You will need to subset the results file from Introme for each annotation: SPIDEX, dbscSNV, Branchpointer and MaxEntScan. The underlying genetic mechanisms are distinct so you will need to subset multiple times to interrogate each way splicing can be disrupted (by damage to an existing splice site, by damage to a branch point and by the creating of a new splice site). Any interesting variants will need to be interpreted in light of the sequence around them. For example, finding a variant in an intron that is creating a new 5' splice site means we are hypothesising that this variant is at the very end of a new exon, therefore we need to look at up to 1000bp upstream for an existing 3' splice site and 18-44bp upstream of that for a branch point.

Do that like so:

  1. Pull out the reference genome sequence up/downstream of the variant depending on if it's a 3' or a 5' splice site-creating variant.

samtools faidx ./genome.fa 4:27993059-27993759

Reverse complement this if needed (if the gene is on the reverse strand)

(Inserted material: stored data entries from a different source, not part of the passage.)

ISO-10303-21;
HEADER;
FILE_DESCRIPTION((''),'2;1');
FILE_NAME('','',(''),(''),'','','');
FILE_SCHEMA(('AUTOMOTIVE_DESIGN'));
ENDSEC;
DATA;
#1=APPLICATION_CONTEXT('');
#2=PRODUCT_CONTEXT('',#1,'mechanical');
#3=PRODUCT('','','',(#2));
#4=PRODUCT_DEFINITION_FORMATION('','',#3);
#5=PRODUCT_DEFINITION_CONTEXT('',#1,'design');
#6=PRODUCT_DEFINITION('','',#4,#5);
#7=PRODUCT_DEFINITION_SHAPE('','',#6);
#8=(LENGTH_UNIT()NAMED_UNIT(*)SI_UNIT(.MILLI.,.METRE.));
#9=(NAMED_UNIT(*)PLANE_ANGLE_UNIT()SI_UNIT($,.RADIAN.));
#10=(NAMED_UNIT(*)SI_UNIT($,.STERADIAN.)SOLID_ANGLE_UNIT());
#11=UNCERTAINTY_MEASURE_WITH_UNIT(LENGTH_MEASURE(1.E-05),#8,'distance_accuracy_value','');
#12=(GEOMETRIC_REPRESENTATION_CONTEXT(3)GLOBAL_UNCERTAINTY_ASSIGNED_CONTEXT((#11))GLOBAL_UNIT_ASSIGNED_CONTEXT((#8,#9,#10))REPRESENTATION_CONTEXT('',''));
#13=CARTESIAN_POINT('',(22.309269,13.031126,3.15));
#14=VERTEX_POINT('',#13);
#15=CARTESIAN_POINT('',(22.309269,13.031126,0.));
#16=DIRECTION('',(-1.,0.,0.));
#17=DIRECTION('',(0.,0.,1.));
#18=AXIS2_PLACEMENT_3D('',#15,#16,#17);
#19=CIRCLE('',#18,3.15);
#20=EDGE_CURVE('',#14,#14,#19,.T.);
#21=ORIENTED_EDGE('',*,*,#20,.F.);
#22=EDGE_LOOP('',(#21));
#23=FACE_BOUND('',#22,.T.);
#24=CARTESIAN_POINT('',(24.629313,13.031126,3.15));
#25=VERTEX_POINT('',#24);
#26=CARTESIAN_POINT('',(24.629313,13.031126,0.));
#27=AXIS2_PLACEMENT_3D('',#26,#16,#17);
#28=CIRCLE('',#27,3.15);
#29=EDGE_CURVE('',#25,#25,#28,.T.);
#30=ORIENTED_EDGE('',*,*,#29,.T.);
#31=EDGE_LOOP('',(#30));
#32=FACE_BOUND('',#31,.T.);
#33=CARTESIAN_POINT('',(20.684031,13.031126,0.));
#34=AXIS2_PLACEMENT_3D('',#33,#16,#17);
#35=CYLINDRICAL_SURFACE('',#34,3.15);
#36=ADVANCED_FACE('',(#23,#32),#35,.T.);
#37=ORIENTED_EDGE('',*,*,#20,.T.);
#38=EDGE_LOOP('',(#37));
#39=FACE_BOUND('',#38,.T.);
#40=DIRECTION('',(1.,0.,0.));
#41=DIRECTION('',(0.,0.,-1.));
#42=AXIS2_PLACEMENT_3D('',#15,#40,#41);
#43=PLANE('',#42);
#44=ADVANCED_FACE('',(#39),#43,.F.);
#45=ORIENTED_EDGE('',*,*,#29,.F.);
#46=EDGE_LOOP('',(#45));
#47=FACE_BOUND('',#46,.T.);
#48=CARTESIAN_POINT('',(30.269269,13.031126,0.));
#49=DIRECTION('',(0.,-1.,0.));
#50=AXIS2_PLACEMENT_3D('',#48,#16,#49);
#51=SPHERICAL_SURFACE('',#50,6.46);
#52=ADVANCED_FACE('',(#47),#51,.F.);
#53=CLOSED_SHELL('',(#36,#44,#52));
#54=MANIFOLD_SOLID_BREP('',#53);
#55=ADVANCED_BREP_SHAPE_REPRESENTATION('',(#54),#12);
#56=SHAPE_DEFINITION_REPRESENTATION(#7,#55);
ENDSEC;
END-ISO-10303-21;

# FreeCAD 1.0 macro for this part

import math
import FreeCAD as App
import Part
import Sketcher

V = App.Vector

doc = App.newDocument("Part")
body = doc.addObject("PartDesign::Body", "Body")

sketch1 = body.newObject("Sketcher::SketchObject", "Sketch")
sketch1.AttachmentSupport = (doc.getObject("XY_Plane"), [""])
sketch1.MapMode = "FlatFace"
sketch1.addGeometry([
    Part.LineSegment(V(22.3, 16.2, 0), V(22.3, 13, 0)),
    Part.LineSegment(V(22.3, 13, 0), V(23.8, 13, 0)),
    Part.ArcOfCircle(Part.Circle(V(30.3, 13, 0), V(0, 0, 1), 6.5), math.radians(151), math.radians(180)),
    Part.LineSegment(V(24.6, 16.2, 0), V(22.3, 16.2, 0)),
], False)
sketch1.addGeometry(Part.LineSegment(V(22.3, 13, 0), V(30.3, 13, 0)), True)
sketch1.addConstraint([
    Sketcher.Constraint("Coincident", 0, 2, 1, 1),
    Sketcher.Constraint("Coincident", 1, 2, 2, 2),
    Sketcher.Constraint("Coincident", 2, 1, 3, 1),
    Sketcher.Constraint("Coincident", 3, 2, 0, 1),
    Sketcher.Constraint("Vertical", 0),
    Sketcher.Constraint("Horizontal", 1),
    Sketcher.Constraint("Horizontal", 3),
    Sketcher.Constraint("Horizontal", 4),
    Sketcher.Constraint("Coincident", 4, 1, 0, 2),
    Sketcher.Constraint("Coincident", 4, 2, 2, 3),
    Sketcher.Constraint("Radius", 2, 6.46),
    Sketcher.Constraint("DistanceX", 1, 1, 1, 2, 1.5),
    Sketcher.Constraint("DistanceY", 0, 2, 0, 1, 3.15),
    Sketcher.Constraint("DistanceX", -1, 1, 2, 3, 30.269269),
    Sketcher.Constraint("DistanceY", -1, 1, 2, 3, 13.031126),
])
revolution = body.newObject("PartDesign::Revolution", "Revolution")
revolution.Profile = sketch1
revolution.ReferenceAxis = (sketch1, ["Axis0"])
revolution.Angle = 360

doc.recompute()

echo "" | tr "[ATCG]" "[TAGC]" | rev

  1. Walk through the sequence as windows and run MaxEntScan on each window.

for i in {0..588}; do echo ${seq:(( 0 + $i )):9}; done | perl ./MaxEntScan/score5.pl - > ./5_prime_output.txt

Find largest values (in Excel) and find the corresponding windows in the sequence pulled out in step 1.

  1. Functionally validate the finding. Good luck with that one.